== Segment start ==

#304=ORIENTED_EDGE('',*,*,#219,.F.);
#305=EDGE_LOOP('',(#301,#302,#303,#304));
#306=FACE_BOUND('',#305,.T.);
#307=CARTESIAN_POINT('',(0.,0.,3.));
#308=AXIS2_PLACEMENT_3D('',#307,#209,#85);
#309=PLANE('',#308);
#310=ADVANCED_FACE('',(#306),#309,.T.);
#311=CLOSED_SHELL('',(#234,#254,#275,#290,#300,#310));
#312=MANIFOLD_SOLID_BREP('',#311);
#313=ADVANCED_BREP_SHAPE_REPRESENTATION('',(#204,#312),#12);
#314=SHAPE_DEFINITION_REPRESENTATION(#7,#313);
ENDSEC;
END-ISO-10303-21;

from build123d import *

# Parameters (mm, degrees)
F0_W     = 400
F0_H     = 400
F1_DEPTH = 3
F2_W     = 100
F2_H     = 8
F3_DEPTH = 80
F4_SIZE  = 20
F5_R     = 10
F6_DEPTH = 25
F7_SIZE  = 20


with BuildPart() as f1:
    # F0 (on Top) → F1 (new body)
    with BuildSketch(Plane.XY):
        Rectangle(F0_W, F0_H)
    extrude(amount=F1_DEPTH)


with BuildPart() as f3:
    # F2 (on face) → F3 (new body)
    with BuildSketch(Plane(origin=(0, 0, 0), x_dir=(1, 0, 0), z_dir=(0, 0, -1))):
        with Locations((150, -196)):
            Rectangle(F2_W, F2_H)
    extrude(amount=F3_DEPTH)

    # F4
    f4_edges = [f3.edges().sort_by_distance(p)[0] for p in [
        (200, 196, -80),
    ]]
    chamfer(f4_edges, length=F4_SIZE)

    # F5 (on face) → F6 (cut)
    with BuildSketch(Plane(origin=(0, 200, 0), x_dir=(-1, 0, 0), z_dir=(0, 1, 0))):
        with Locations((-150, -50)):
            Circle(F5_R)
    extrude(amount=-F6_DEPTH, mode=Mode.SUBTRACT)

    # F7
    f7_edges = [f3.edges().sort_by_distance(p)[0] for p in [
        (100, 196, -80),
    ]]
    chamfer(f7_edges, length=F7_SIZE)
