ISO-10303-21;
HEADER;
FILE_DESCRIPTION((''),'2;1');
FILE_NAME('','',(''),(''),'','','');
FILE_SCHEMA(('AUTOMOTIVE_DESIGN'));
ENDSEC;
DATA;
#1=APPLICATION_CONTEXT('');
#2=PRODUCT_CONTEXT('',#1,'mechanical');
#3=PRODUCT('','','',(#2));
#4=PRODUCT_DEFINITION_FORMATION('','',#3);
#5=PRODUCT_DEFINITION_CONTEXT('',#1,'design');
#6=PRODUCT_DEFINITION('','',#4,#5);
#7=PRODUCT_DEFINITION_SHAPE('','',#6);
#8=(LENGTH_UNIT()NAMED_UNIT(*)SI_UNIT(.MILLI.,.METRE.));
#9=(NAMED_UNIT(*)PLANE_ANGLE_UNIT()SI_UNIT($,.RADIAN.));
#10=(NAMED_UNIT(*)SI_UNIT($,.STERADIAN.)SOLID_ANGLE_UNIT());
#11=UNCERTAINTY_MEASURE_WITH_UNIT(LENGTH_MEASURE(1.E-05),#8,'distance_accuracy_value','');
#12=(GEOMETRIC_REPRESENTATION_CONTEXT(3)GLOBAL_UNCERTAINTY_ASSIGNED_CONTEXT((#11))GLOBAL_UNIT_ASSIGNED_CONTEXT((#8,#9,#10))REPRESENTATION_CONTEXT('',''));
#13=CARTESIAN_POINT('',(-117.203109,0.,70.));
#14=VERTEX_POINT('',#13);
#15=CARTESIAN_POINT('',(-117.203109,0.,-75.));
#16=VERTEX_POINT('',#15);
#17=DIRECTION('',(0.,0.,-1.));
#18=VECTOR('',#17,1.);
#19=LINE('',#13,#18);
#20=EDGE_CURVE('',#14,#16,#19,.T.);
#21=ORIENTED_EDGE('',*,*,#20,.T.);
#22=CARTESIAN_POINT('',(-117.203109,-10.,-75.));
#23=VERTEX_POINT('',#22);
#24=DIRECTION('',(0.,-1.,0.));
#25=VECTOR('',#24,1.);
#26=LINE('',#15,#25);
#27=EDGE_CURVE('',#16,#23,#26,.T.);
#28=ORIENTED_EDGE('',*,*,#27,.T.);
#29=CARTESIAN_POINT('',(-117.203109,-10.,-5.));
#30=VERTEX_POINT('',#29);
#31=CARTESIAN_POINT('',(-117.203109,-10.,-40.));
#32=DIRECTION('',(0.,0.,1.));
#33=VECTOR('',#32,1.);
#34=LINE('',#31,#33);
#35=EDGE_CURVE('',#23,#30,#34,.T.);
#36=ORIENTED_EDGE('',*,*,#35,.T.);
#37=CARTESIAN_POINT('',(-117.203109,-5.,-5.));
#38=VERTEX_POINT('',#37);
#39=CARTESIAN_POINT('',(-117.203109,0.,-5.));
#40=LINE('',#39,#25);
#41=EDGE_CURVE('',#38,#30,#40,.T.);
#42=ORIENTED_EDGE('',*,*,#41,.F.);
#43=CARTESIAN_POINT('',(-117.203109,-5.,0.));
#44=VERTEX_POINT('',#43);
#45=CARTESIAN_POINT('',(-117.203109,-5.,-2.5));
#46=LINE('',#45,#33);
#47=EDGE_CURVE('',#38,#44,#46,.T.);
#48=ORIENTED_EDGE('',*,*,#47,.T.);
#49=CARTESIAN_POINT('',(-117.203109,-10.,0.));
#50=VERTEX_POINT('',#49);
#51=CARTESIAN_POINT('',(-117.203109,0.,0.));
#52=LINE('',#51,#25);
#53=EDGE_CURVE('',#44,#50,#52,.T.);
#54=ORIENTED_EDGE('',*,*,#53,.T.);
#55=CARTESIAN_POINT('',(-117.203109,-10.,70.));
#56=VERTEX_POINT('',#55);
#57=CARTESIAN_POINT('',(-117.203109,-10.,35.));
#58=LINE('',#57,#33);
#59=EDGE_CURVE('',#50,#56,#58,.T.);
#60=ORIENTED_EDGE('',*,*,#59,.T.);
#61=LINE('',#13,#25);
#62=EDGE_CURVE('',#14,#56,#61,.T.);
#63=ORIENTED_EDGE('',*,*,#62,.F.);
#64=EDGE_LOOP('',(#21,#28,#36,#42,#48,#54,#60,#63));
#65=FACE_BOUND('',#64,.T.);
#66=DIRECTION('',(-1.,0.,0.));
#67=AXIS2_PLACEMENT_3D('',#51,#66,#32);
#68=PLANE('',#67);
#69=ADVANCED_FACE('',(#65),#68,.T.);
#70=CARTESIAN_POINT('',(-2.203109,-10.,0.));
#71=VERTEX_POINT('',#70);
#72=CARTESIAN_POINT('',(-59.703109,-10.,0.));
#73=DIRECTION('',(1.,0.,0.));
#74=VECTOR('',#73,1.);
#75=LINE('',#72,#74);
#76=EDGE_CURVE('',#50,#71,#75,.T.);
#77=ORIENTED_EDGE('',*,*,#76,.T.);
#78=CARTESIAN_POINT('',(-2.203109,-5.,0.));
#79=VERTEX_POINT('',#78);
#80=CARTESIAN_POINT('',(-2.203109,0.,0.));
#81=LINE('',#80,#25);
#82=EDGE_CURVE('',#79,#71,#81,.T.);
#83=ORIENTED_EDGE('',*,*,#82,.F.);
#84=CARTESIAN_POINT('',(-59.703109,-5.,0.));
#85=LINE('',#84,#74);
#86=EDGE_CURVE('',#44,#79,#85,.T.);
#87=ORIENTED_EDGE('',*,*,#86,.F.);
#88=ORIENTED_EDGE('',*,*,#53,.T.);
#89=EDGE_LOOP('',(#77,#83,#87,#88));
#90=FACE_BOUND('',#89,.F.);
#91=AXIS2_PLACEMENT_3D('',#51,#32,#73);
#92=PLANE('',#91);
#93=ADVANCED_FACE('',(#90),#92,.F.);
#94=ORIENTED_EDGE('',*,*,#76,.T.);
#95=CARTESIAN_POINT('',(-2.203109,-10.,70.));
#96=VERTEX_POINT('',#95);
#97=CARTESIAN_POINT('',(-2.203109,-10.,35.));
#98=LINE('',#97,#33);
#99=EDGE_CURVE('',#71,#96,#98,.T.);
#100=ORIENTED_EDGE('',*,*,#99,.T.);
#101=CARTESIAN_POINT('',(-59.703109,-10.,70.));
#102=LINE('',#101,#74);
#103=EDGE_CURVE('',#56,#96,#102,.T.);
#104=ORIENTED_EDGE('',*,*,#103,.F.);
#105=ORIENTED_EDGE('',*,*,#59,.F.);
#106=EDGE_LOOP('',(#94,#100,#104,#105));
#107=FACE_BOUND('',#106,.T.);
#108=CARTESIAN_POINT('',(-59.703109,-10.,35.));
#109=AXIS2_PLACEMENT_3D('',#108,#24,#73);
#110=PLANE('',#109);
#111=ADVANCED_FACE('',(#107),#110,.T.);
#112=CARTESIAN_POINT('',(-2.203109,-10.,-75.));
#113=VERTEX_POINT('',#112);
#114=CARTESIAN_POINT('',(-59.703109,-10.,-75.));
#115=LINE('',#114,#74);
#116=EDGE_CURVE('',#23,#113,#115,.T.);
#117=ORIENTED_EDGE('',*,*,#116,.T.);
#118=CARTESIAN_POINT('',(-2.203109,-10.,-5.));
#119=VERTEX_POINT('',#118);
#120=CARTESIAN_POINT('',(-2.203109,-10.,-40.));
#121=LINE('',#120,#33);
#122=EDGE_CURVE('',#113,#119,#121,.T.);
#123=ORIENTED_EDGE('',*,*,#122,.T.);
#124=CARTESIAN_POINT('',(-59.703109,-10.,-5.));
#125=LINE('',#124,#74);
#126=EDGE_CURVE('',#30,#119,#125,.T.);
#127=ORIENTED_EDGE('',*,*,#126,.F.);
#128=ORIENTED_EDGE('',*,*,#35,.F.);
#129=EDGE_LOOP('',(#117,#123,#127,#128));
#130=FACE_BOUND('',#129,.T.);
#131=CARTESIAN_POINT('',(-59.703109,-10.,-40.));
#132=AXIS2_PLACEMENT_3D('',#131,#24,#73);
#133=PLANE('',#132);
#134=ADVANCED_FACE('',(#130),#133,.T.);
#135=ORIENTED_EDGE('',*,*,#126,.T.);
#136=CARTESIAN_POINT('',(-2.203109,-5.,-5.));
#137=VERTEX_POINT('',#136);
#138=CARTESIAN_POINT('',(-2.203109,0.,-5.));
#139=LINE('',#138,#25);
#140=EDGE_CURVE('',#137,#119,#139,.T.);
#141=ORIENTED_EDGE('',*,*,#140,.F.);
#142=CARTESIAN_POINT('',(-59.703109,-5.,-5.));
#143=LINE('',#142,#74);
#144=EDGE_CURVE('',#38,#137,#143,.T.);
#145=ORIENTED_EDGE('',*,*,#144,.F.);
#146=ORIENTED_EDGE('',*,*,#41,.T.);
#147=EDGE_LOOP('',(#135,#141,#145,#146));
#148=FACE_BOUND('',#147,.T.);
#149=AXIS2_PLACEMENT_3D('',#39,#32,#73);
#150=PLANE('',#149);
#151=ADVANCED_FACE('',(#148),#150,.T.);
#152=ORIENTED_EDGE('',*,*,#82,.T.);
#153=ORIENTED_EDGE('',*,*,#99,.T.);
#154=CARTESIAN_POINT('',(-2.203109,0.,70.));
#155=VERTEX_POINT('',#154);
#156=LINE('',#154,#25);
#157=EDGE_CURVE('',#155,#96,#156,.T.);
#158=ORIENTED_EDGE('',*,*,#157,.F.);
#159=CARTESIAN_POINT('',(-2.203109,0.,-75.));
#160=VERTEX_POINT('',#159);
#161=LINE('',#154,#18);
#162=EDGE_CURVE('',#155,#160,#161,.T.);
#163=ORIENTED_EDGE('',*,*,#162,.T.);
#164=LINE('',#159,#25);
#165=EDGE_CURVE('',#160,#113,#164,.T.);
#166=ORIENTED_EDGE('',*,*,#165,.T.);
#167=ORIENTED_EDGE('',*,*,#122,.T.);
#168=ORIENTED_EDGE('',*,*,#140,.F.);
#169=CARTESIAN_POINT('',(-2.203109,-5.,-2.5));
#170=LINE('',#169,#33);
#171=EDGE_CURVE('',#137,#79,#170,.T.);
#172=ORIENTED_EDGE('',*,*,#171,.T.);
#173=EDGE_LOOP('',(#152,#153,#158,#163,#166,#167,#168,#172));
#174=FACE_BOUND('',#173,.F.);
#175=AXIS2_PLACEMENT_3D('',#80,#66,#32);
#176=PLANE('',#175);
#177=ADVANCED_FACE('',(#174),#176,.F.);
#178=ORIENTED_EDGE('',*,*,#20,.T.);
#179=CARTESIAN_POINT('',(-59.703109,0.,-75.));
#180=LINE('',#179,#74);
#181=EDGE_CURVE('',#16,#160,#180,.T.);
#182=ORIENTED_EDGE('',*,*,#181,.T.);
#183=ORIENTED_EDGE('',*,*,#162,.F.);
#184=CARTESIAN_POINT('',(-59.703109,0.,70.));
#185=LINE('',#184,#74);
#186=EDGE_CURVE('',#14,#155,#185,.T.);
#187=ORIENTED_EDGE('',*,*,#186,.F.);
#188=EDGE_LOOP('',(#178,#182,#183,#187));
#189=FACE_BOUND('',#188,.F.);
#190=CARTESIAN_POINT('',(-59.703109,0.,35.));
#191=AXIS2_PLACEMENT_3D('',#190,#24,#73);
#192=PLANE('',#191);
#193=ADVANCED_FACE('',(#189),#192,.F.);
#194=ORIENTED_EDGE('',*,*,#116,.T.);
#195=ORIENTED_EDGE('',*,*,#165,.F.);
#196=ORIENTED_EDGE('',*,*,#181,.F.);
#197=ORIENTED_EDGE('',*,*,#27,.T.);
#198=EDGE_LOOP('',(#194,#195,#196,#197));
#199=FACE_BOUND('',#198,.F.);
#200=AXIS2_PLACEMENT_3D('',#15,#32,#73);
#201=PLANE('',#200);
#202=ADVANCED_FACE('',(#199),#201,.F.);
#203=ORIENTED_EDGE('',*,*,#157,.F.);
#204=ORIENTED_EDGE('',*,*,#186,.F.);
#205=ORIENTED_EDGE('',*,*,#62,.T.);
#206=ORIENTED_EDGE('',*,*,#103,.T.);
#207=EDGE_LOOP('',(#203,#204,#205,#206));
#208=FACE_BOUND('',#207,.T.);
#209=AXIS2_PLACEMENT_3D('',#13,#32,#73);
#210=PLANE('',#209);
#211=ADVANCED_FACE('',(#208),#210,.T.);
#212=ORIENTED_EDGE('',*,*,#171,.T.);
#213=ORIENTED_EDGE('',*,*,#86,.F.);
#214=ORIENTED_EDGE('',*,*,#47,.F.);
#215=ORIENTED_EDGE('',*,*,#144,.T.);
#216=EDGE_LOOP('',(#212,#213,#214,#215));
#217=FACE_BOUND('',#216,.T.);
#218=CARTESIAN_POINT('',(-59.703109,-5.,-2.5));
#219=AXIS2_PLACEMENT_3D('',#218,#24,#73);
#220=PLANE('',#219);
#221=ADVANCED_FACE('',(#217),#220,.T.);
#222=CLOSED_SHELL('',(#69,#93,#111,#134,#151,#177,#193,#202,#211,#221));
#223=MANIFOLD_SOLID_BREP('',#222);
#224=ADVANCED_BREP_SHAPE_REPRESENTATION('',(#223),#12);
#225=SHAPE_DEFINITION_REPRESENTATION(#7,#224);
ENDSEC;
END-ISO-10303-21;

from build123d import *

# Parameters (mm, degrees)
F0_W     = 115
F0_H     = 5
F1_DEPTH = 5
F0_H_2   = 70
F2_DEPTH = 10


with BuildPart() as f1:
    # F0 (on Front) → F1 (new body)
    with BuildSketch(Plane.XZ):
        with Locations((-59.703109, -2.5)):
            Rectangle(F0_W, F0_H)
    extrude(amount=F1_DEPTH)

    # F0 (on Front) → F2 (join)
    with BuildSketch(Plane.XZ):
        with Locations((-59.703109, 35)):
            Rectangle(F0_W, F0_H_2)
        with Locations((-59.703109, -40)):
            Rectangle(F0_W, F0_H_2)
    extrude(amount=F2_DEPTH)


solid = f1.part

== Segment end ==

WHAT IS BEING ASKED ▸
Stop at the line containing "#10=(NAMED_UNIT(*)SI_UNIT($,.STERADIAN.)SOLID_ANGLE_UNIT());". Please print exactly every line before it from the start of the records, plus that line itself, and nothing else.

WRITTEN RESPONSE ▸
#304=ORIENTED_EDGE('',*,*,#219,.F.);
#305=EDGE_LOOP('',(#301,#302,#303,#304));
#306=FACE_BOUND('',#305,.T.);
#307=CARTESIAN_POINT('',(0.,0.,3.));
#308=AXIS2_PLACEMENT_3D('',#307,#209,#85);
#309=PLANE('',#308);
#310=ADVANCED_FACE('',(#306),#309,.T.);
#311=CLOSED_SHELL('',(#234,#254,#275,#290,#300,#310));
#312=MANIFOLD_SOLID_BREP('',#311);
#313=ADVANCED_BREP_SHAPE_REPRESENTATION('',(#204,#312),#12);
#314=SHAPE_DEFINITION_REPRESENTATION(#7,#313);
ENDSEC;
END-ISO-10303-21;

from build123d import *

# Parameters (mm, degrees)
F0_W     = 400
F0_H     = 400
F1_DEPTH = 3
F2_W     = 100
F2_H     = 8
F3_DEPTH = 80
F4_SIZE  = 20
F5_R     = 10
F6_DEPTH = 25
F7_SIZE  = 20


with BuildPart() as f1:
    # F0 (on Top) → F1 (new body)
    with BuildSketch(Plane.XY):
        Rectangle(F0_W, F0_H)
    extrude(amount=F1_DEPTH)


with BuildPart() as f3:
    # F2 (on face) → F3 (new body)
    with BuildSketch(Plane(origin=(0, 0, 0), x_dir=(1, 0, 0), z_dir=(0, 0, -1))):
        with Locations((150, -196)):
            Rectangle(F2_W, F2_H)
    extrude(amount=F3_DEPTH)

    # F4
    f4_edges = [f3.edges().sort_by_distance(p)[0] for p in [
        (200, 196, -80),
    ]]
    chamfer(f4_edges, length=F4_SIZE)

    # F5 (on face) → F6 (cut)
    with BuildSketch(Plane(origin=(0, 200, 0), x_dir=(-1, 0, 0), z_dir=(0, 1, 0))):
        with Locations((-150, -50)):
            Circle(F5_R)
    extrude(amount=-F6_DEPTH, mode=Mode.SUBTRACT)

    # F7
    f7_edges = [f3.edges().sort_by_distance(p)[0] for p in [
        (100, 196, -80),
    ]]
    chamfer(f7_edges, length=F7_SIZE)
ISO-10303-21;
HEADER;
FILE_DESCRIPTION((''),'2;1');
FILE_NAME('','',(''),(''),'','','');
FILE_SCHEMA(('AUTOMOTIVE_DESIGN'));
ENDSEC;
DATA;
#1=APPLICATION_CONTEXT('');
#2=PRODUCT_CONTEXT('',#1,'mechanical');
#3=PRODUCT('','','',(#2));
#4=PRODUCT_DEFINITION_FORMATION('','',#3);
#5=PRODUCT_DEFINITION_CONTEXT('',#1,'design');
#6=PRODUCT_DEFINITION('','',#4,#5);
#7=PRODUCT_DEFINITION_SHAPE('','',#6);
#8=(LENGTH_UNIT()NAMED_UNIT(*)SI_UNIT(.MILLI.,.METRE.));
#9=(NAMED_UNIT(*)PLANE_ANGLE_UNIT()SI_UNIT($,.RADIAN.));
#10=(NAMED_UNIT(*)SI_UNIT($,.STERADIAN.)SOLID_ANGLE_UNIT());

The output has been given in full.